Then you need to rephrase your question. In normal conversational English, "Is
there any job more creative than programming?" implies that you consider
programming to be the most creative job.

I think we should need to step back and define "creative" before we move on
with this discussion. For me, being creative means doing things that have
never been done in this way before. Writing a poem no-one has ever written,
painting a picture no-one has ever painted, singing a song that has never been
sung. The opposite of creativity is doing things "by the book". If I am just
following a set of instructions, or applying a bunch of rules, that is not
being creative.

Two examples: if I am cooking a meal from a cookery book, that is not very
creative. But if I made the recipe up myself, it is. If I implement quick
sort, that is not very creative - thousands of people have done it before me,
there are plenty of instructions out there. On the other hand, if I come up
with my own, original algorithm, that is being creative.

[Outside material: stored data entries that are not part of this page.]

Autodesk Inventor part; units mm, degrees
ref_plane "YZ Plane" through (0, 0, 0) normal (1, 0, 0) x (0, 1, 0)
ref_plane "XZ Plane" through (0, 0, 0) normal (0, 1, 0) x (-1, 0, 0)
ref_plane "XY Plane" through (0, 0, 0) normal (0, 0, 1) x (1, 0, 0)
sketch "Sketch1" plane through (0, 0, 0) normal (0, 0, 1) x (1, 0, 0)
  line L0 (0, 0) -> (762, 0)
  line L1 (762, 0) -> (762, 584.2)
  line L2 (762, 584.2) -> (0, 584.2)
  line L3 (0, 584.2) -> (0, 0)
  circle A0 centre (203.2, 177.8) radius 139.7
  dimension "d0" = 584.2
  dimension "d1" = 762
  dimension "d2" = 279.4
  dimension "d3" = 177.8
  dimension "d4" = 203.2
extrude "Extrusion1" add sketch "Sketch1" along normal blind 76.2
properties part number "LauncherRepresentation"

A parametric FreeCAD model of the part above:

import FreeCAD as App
import Part
import Sketcher

V = App.Vector
Q = App.Units.Quantity


def add_polygon(sketch, points):
    """Adds a closed chain of lines whose ends are joined by coincident constraints."""
    first, n = sketch.GeometryCount, len(points)
    for a, b in zip(points, points[1:] + points[:1]):
        sketch.addGeometry(Part.LineSegment(App.Vector(*a, 0), App.Vector(*b, 0)), False)
    for i in range(n):
        sketch.addConstraint(Sketcher.Constraint("Coincident", first + i, 2, first + (i + 1) % n, 1))

doc = App.newDocument("Part")
body = doc.addObject("PartDesign::Body", "Body")

# Sketch on XY plane
sketch1 = body.newObject("Sketcher::SketchObject", "Sketch")
sketch1.AttachmentSupport = (doc.getObject("XY_Plane"), [""])
sketch1.MapMode = "FlatFace"
add_polygon(sketch1, [(0, 584.2), (0, 0), (762, 0), (762, 584.2)])  # lines 0-3
sketch1.addGeometry(Part.Circle(V(203.2, 177.8, 0), V(0, 0, 1), 139.7), False)  # 4
sketch1.addConstraint([
    Sketcher.Constraint("Vertical", 0),
    Sketcher.Constraint("Horizontal", 1),
    Sketcher.Constraint("Vertical", 2),
    Sketcher.Constraint("Horizontal", 3),
    Sketcher.Constraint("Coincident", 0, 2, -1, 1),
    Sketcher.Constraint("Diameter", 4, Q("11 in")),
    Sketcher.Constraint("DistanceX", 1, 1, 1, 2, Q("30 in")),
    Sketcher.Constraint("DistanceY", 0, 2, 0, 1, Q("23 in")),
    Sketcher.Constraint("DistanceX", -1, 1, 4, 3, Q("8 in")),
    Sketcher.Constraint("DistanceY", -1, 1, 4, 3, Q("7 in")),
])
pad1 = body.newObject("PartDesign::Pad", "Pad")
pad1.Profile = sketch1
pad1.Length = Q("3 in")

doc.recompute()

Being creative means exploring the universe of possibilities. The further away
you get from the comfy planet of "it's-been-done-before", the more creative
you are.

------
lastofus
After 2 decades of programming, I rarely feel creative while programming.
While designing an app or UI/UX sure, but rarely while coding.

For me, 90% of coding feels like being a human constraint solver. Take the
intersection of tech being used and defined business rules, and figure out the
path to implement a feature. It's rare I have to get overly creative to solve
a given problem in an out-of-the-box manner.

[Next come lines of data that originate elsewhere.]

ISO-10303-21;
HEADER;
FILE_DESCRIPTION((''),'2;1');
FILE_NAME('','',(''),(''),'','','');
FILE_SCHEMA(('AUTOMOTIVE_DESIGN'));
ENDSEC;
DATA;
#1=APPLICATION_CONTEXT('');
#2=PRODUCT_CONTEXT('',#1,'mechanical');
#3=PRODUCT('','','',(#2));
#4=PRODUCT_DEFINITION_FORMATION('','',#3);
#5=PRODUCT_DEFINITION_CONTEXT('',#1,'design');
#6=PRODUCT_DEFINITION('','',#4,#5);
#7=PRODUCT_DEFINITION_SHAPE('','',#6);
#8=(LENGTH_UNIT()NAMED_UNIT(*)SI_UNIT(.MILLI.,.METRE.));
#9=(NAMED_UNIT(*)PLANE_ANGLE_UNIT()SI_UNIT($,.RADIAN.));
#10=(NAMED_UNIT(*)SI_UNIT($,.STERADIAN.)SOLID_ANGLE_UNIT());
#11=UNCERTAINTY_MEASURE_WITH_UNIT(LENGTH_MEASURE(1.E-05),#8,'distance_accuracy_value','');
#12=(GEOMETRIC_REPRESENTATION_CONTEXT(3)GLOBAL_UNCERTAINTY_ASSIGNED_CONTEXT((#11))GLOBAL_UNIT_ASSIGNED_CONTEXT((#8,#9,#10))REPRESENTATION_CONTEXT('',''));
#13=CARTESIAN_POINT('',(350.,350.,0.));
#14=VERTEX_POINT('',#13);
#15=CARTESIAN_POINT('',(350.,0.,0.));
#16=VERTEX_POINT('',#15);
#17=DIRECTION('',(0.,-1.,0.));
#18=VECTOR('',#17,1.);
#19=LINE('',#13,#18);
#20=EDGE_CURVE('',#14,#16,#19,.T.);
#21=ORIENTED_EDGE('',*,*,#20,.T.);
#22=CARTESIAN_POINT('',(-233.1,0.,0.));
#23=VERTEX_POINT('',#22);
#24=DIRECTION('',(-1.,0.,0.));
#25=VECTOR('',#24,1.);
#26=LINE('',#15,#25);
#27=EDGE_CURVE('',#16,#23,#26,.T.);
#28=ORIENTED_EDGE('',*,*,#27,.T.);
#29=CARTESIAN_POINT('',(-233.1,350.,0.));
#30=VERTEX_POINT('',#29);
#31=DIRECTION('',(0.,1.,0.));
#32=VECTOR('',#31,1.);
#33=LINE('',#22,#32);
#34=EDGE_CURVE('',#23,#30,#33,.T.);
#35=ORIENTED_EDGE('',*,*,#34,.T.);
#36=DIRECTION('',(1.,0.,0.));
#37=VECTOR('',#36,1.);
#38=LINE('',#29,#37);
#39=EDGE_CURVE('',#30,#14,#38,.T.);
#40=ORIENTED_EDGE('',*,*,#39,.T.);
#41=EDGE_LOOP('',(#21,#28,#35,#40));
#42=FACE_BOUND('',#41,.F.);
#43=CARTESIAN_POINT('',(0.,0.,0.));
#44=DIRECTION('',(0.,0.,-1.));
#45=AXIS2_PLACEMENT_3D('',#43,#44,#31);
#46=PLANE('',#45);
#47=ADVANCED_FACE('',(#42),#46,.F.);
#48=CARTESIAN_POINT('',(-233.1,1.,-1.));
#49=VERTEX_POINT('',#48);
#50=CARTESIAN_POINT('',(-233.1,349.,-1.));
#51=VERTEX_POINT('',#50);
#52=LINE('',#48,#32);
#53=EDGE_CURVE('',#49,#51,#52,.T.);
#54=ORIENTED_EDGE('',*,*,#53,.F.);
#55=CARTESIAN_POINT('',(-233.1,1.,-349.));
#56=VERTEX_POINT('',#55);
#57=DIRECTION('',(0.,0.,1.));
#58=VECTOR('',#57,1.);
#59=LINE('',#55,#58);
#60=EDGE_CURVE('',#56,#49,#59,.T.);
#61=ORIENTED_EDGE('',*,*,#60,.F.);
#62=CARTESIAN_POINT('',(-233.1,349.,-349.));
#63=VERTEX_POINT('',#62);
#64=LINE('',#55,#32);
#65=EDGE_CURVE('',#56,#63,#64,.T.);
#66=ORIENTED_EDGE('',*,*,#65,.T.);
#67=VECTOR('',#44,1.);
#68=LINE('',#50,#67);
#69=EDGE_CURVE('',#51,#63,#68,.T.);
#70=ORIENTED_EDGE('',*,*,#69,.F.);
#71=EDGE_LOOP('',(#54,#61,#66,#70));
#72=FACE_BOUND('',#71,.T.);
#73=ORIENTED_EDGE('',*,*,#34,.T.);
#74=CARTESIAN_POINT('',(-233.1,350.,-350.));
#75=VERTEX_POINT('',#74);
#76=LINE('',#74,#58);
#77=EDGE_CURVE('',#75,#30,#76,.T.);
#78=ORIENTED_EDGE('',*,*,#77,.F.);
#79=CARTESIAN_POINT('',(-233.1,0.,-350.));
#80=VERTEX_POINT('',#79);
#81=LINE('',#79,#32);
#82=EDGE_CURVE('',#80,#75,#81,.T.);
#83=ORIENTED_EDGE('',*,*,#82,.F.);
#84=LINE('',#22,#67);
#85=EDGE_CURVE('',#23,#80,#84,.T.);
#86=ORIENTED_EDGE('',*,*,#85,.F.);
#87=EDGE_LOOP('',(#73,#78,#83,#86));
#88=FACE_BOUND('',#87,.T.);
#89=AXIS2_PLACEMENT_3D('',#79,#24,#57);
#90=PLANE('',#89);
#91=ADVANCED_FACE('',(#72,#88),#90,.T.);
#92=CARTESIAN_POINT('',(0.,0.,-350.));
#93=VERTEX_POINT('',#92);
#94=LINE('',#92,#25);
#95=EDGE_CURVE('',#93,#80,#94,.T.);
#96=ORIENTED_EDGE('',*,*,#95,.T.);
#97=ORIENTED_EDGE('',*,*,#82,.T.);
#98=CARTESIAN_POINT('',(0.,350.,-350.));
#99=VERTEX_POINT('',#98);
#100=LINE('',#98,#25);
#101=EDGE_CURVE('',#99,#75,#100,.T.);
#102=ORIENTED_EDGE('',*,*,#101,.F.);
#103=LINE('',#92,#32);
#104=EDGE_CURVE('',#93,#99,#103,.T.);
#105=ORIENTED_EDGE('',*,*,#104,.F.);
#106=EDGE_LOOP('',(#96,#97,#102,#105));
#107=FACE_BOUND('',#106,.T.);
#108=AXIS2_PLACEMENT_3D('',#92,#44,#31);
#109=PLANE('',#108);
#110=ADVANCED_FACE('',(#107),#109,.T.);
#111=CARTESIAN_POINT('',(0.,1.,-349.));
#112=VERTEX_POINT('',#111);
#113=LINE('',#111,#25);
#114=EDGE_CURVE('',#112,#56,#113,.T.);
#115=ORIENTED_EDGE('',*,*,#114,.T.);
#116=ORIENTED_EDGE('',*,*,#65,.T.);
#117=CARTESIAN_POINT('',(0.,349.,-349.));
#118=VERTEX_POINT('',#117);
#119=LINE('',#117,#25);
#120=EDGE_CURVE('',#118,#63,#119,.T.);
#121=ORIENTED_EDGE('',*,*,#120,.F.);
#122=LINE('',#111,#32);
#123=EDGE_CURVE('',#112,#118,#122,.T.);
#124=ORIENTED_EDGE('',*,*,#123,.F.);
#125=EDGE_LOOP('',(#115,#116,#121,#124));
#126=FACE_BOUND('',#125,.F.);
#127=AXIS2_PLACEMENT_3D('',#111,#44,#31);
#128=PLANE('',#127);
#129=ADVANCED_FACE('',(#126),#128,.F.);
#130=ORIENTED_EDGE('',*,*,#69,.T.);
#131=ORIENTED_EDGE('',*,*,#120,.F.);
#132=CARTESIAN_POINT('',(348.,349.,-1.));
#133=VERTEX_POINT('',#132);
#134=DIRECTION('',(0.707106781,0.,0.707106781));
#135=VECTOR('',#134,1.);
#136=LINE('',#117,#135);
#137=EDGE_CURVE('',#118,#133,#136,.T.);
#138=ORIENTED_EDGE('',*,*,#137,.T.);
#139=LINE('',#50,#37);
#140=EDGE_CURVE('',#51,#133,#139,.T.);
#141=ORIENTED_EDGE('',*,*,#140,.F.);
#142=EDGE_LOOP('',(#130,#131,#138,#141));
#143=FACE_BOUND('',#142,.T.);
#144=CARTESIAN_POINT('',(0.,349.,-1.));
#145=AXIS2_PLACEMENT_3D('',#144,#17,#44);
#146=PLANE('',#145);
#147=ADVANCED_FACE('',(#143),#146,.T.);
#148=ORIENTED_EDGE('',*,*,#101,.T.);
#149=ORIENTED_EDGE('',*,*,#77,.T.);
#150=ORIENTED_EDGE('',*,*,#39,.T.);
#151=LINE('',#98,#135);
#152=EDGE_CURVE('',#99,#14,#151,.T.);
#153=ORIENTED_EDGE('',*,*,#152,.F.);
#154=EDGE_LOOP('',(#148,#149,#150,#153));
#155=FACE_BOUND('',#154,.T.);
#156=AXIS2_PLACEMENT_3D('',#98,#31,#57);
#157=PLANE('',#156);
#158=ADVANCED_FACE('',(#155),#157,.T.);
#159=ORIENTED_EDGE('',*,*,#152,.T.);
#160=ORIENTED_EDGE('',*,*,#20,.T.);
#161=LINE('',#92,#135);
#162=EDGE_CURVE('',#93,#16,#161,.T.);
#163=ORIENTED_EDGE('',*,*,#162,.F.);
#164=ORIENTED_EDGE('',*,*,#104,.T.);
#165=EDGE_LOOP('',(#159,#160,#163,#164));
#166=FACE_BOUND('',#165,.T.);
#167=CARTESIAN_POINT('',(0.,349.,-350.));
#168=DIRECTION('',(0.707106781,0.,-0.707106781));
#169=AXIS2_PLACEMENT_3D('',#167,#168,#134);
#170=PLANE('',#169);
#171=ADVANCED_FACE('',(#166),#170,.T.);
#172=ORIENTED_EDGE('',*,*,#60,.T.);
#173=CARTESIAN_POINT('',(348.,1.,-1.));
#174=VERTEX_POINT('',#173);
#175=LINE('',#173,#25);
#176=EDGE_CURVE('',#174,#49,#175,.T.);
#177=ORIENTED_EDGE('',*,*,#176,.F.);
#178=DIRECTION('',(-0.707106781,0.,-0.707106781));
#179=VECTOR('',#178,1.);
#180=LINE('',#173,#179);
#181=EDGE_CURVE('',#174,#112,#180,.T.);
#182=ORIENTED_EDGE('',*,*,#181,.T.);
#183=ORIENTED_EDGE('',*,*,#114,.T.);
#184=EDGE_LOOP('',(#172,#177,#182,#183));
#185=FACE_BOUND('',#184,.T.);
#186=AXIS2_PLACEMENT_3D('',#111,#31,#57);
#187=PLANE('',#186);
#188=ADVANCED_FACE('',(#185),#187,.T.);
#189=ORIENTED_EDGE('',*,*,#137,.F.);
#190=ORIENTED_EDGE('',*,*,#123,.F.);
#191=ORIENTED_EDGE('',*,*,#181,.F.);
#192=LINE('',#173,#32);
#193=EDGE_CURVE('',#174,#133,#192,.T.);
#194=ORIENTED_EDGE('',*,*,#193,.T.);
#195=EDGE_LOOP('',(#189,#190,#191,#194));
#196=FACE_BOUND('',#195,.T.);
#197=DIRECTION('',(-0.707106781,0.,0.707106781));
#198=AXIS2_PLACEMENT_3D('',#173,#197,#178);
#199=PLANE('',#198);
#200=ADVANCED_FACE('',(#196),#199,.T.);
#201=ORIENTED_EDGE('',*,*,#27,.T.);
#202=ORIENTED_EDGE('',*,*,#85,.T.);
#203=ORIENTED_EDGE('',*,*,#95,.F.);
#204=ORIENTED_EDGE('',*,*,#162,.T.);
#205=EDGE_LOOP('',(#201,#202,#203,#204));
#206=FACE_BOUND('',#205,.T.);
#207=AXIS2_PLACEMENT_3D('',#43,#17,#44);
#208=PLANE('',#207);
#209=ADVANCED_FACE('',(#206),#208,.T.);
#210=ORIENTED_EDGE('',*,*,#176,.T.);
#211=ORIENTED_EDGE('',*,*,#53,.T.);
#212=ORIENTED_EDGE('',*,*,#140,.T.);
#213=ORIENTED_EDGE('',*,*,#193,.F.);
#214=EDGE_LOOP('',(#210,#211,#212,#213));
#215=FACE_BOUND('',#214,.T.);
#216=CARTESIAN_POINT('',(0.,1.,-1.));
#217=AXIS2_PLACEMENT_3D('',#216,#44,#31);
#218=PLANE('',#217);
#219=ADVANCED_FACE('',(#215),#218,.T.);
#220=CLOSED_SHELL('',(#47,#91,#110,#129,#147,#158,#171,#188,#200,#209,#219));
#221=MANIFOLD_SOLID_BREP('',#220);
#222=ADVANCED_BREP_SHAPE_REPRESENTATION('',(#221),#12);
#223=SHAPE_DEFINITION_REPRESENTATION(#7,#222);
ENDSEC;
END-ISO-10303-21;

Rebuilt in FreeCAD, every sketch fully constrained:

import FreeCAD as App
import Part
import Sketcher
from FreeCAD import Vector
Q = App.Units.Quantity

doc = App.newDocument("Part")
params = doc.addObject("Spreadsheet::Sheet", "Params")
for row, (alias, value) in enumerate([
    ("sketch1_width", "350 mm"),
    ("pad1_length", "1 mm"),
    ("sketch2_height", "1 mm"),
    ("sketch2_width", "348 mm"),
    ("sketch2_width2", "350 mm"),
    ("pad2_length", "348 mm"),
    ("sketch3_width", "350 mm"),
    ("pad3_length", "1 mm"),
    ("sketch4_width", "350 mm"),
    ("sketch4_width2", "348 mm"),
    ("pad4_length", "233.1 mm"),
], start=1):
    params.set(f"A{row}", alias)
    params.set(f"B{row}", "=" + value)
    params.setAlias(f"B{row}", alias)

body = doc.addObject("PartDesign::Body", "Body")

sketch1 = doc.addObject("Sketcher::SketchObject", "Sketch")
body.addObject(sketch1)
sketch1.AttachmentSupport = (doc.XZ_Plane, [""])
sketch1.MapMode = "FlatFace"
sketch1.addGeometry([
    Part.LineSegment(Vector(0, -350, 0), Vector(0, 0, 0)),
    Part.LineSegment(Vector(0, 0, 0), Vector(350, 0, 0)),
    Part.LineSegment(Vector(350, 0, 0), Vector(0, -350, 0)),
], False)
sketch1.addConstraint([
    Sketcher.Constraint("Coincident", 0, 2, 1, 1),
    Sketcher.Constraint("Coincident", 1, 2, 2, 1),
    Sketcher.Constraint("Coincident", 2, 2, 0, 1),
    Sketcher.Constraint("Vertical", 0),
    Sketcher.Constraint("Horizontal", 1),
    Sketcher.Constraint("Coincident", 0, 2, -1, 1),
    Sketcher.Constraint("Equal", 1, 0),
    Sketcher.Constraint("DistanceX", 1, 1, 1, 2, Q("350 mm")),
])
sketch1.setExpression("Constraints[7]", "Params.sketch1_width")
pad1 = doc.addObject("PartDesign::Pad", "Pad")
body.addObject(pad1)
pad1.Profile = sketch1
pad1.setExpression("Length", "Params.pad1_length")
pad1.Reversed = True

sketch2 = doc.addObject("Sketcher::SketchObject", "Sketch001")
body.addObject(sketch2)
sketch2.AttachmentSupport = (doc.XZ_Plane, [""])
sketch2.MapMode = "FlatFace"
sketch2.AttachmentOffset = App.Placement(Vector(0, 0, -1), App.Rotation())
sketch2.addGeometry([
    Part.LineSegment(Vector(350, 0, 0), Vector(0, -350, 0)),
    Part.LineSegment(Vector(0, -350, 0), Vector(0, -349, 0)),
    Part.LineSegment(Vector(0, -349, 0), Vector(348, -1, 0)),
    Part.LineSegment(Vector(348, -1, 0), Vector(0, -1, 0)),
    Part.LineSegment(Vector(0, -1, 0), Vector(0, 0, 0)),
    Part.LineSegment(Vector(0, 0, 0), Vector(350, 0, 0)),
], False)
sketch2.addConstraint([
    Sketcher.Constraint("Coincident", 0, 2, 1, 1),
    Sketcher.Constraint("Coincident", 1, 2, 2, 1),
    Sketcher.Constraint("Coincident", 2, 2, 3, 1),
    Sketcher.Constraint("Coincident", 3, 2, 4, 1),
    Sketcher.Constraint("Coincident", 4, 2, 5, 1),
    Sketcher.Constraint("Coincident", 5, 2, 0, 1),
    Sketcher.Constraint("Vertical", 1),
    Sketcher.Constraint("Horizontal", 3),
    Sketcher.Constraint("Vertical", 4),
    Sketcher.Constraint("Horizontal", 5),
    Sketcher.Constraint("Coincident", 4, 2, -1, 1),
    Sketcher.Constraint("PointOnObject", 0, 2, -2),
    Sketcher.Constraint("Parallel", 0, 2),
    Sketcher.Constraint("Equal", 1, 4),
    Sketcher.Constraint("DistanceY", 1, 1, 1, 2, Q("1 mm")),
    Sketcher.Constraint("DistanceX", 3, 2, 3, 1, Q("348 mm")),
    Sketcher.Constraint("DistanceX", 5, 1, 5, 2, Q("350 mm")),
])
sketch2.setExpression("Constraints[14]", "Params.sketch2_height")
sketch2.setExpression("Constraints[15]", "Params.sketch2_width")
sketch2.setExpression("Constraints[16]", "Params.sketch2_width2")
pad2 = doc.addObject("PartDesign::Pad", "Pad001")
body.addObject(pad2)
pad2.Profile = sketch2
pad2.setExpression("Length", "Params.pad2_length")
pad2.Reversed = True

Maybe I just need to work on more interesting things.

------
brudgers
The question inside the question is "Job for who?"

My sister dances and teaches and makes music and art. She's smart enough to
program, but I doubt it would suit her temperament. Her muse is her muse, not
my muse.

Architects can design buildings that last many years...much longer than most
code. Does that make architecture more creative? Architects tend to design
fewer buildings than programmers write programs. Does that make architecture
less creative?

------
factorialboy
This is a subjective question. Depends on the individual performing the
action. To him anything may or may not be more "creative" than programming.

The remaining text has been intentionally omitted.